### EXERCISE DIRECTIONS
Go through the entries and copy every line that has the string "PLANE" in it.

####################

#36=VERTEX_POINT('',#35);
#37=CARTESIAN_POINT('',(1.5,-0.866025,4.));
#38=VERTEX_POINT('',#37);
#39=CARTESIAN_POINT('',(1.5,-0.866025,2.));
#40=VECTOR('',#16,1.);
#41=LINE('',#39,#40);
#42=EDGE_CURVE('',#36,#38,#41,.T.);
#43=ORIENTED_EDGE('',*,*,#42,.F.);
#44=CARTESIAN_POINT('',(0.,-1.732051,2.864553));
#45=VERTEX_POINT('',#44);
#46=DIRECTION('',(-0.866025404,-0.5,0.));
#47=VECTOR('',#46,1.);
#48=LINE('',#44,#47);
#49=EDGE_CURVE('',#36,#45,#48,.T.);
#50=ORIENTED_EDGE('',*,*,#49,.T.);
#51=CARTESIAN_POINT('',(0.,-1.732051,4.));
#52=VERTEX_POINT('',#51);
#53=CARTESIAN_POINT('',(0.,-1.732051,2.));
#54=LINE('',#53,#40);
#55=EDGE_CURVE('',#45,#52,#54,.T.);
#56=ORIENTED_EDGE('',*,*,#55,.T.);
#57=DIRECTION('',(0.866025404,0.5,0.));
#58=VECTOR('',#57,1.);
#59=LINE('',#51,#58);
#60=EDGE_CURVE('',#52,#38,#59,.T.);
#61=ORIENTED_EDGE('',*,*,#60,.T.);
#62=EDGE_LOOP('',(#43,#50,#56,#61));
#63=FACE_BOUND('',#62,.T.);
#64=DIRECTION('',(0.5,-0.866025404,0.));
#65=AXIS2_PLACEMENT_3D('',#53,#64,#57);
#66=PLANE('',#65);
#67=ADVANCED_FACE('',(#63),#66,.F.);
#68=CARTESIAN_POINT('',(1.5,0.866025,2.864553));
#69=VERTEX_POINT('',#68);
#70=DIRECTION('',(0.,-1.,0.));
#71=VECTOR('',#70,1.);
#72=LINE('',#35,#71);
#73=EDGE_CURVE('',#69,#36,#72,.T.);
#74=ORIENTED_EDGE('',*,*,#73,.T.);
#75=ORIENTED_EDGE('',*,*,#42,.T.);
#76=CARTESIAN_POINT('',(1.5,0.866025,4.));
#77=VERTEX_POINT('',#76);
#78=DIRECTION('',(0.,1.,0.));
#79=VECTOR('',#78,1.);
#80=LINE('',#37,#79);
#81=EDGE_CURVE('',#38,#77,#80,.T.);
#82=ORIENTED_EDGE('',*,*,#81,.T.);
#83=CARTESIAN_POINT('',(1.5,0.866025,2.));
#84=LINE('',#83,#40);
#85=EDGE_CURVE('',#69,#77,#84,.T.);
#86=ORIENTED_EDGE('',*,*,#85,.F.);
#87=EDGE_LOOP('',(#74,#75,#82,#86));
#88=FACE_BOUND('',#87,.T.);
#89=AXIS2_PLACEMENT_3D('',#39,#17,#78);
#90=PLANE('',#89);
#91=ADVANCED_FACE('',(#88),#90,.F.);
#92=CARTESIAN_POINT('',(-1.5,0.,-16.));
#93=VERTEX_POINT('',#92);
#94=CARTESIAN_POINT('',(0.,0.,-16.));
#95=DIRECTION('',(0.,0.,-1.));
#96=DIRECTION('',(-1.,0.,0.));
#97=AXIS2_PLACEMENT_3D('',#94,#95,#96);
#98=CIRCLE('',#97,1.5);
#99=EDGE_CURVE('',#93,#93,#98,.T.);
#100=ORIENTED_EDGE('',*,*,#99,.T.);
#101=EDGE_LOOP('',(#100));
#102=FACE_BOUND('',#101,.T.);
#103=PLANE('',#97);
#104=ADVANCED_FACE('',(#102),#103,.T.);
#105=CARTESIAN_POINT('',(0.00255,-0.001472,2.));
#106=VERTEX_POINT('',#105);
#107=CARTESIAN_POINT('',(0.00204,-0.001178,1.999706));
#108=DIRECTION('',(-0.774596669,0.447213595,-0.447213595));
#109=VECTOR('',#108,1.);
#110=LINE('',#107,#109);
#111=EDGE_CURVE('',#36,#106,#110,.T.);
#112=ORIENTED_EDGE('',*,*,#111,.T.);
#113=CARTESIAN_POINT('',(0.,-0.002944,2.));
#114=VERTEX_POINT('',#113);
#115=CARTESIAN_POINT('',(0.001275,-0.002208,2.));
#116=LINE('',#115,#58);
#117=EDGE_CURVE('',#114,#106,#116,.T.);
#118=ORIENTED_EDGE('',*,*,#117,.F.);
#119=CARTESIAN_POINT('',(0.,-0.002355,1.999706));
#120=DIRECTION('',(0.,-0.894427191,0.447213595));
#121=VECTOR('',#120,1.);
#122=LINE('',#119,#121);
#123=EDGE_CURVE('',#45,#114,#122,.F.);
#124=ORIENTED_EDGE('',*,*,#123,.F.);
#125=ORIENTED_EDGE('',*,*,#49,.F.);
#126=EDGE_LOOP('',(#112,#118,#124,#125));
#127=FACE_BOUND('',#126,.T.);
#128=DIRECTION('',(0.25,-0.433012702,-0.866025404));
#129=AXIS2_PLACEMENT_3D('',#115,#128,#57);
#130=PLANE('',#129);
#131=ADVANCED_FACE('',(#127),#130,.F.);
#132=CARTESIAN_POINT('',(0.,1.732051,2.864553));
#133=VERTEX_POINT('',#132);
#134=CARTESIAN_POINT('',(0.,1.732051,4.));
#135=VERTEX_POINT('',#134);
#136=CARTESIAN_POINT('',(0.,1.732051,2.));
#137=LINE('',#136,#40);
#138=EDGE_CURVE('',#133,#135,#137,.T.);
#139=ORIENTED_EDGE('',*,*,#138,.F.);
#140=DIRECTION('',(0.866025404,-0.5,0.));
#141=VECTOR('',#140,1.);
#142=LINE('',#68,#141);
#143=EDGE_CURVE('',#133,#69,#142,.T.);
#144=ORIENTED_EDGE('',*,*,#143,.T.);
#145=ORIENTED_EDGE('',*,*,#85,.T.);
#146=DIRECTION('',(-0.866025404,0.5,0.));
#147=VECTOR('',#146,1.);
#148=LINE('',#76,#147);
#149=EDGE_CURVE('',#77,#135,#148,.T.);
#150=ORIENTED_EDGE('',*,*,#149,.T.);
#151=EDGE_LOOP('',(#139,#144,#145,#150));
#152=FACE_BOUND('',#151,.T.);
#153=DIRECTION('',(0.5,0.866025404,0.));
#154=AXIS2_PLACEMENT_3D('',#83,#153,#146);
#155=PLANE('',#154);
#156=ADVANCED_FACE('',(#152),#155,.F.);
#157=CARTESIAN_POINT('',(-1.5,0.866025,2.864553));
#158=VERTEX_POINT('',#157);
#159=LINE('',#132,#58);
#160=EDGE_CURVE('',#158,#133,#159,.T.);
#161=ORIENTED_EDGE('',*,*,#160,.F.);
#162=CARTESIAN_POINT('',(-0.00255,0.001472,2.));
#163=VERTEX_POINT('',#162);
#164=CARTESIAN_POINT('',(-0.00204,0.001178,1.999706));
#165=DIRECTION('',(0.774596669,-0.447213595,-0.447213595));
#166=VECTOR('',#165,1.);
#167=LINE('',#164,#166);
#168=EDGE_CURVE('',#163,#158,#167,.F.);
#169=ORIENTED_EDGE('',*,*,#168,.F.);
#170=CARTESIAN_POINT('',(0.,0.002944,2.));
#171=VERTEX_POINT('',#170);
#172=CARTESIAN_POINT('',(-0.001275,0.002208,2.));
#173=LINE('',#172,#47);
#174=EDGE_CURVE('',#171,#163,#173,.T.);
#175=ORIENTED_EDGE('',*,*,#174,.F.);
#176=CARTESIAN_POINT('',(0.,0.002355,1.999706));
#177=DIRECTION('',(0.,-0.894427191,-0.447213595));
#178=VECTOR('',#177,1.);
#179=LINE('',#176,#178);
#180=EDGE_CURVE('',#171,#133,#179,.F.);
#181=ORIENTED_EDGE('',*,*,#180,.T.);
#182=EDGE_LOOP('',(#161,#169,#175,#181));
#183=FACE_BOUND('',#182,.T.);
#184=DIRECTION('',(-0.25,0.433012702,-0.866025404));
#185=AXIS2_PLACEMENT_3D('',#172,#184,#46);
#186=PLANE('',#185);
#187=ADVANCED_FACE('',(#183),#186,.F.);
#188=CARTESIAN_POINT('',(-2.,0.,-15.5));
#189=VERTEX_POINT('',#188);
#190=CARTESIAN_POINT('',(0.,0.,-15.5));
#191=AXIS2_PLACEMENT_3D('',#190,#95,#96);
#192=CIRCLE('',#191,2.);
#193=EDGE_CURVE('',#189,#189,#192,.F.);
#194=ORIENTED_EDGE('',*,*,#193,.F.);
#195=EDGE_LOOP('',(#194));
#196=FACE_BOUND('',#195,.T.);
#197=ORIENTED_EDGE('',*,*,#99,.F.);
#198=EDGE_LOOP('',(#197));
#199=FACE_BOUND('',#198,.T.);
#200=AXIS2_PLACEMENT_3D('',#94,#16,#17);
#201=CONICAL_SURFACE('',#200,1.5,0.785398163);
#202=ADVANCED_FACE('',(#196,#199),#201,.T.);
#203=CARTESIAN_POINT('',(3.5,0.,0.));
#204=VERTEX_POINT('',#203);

####################

### ANSWER
#66=PLANE('',#65);
#90=PLANE('',#89);
#103=PLANE('',#97);
#130=PLANE('',#129);
#155=PLANE('',#154);
#186=PLANE('',#185);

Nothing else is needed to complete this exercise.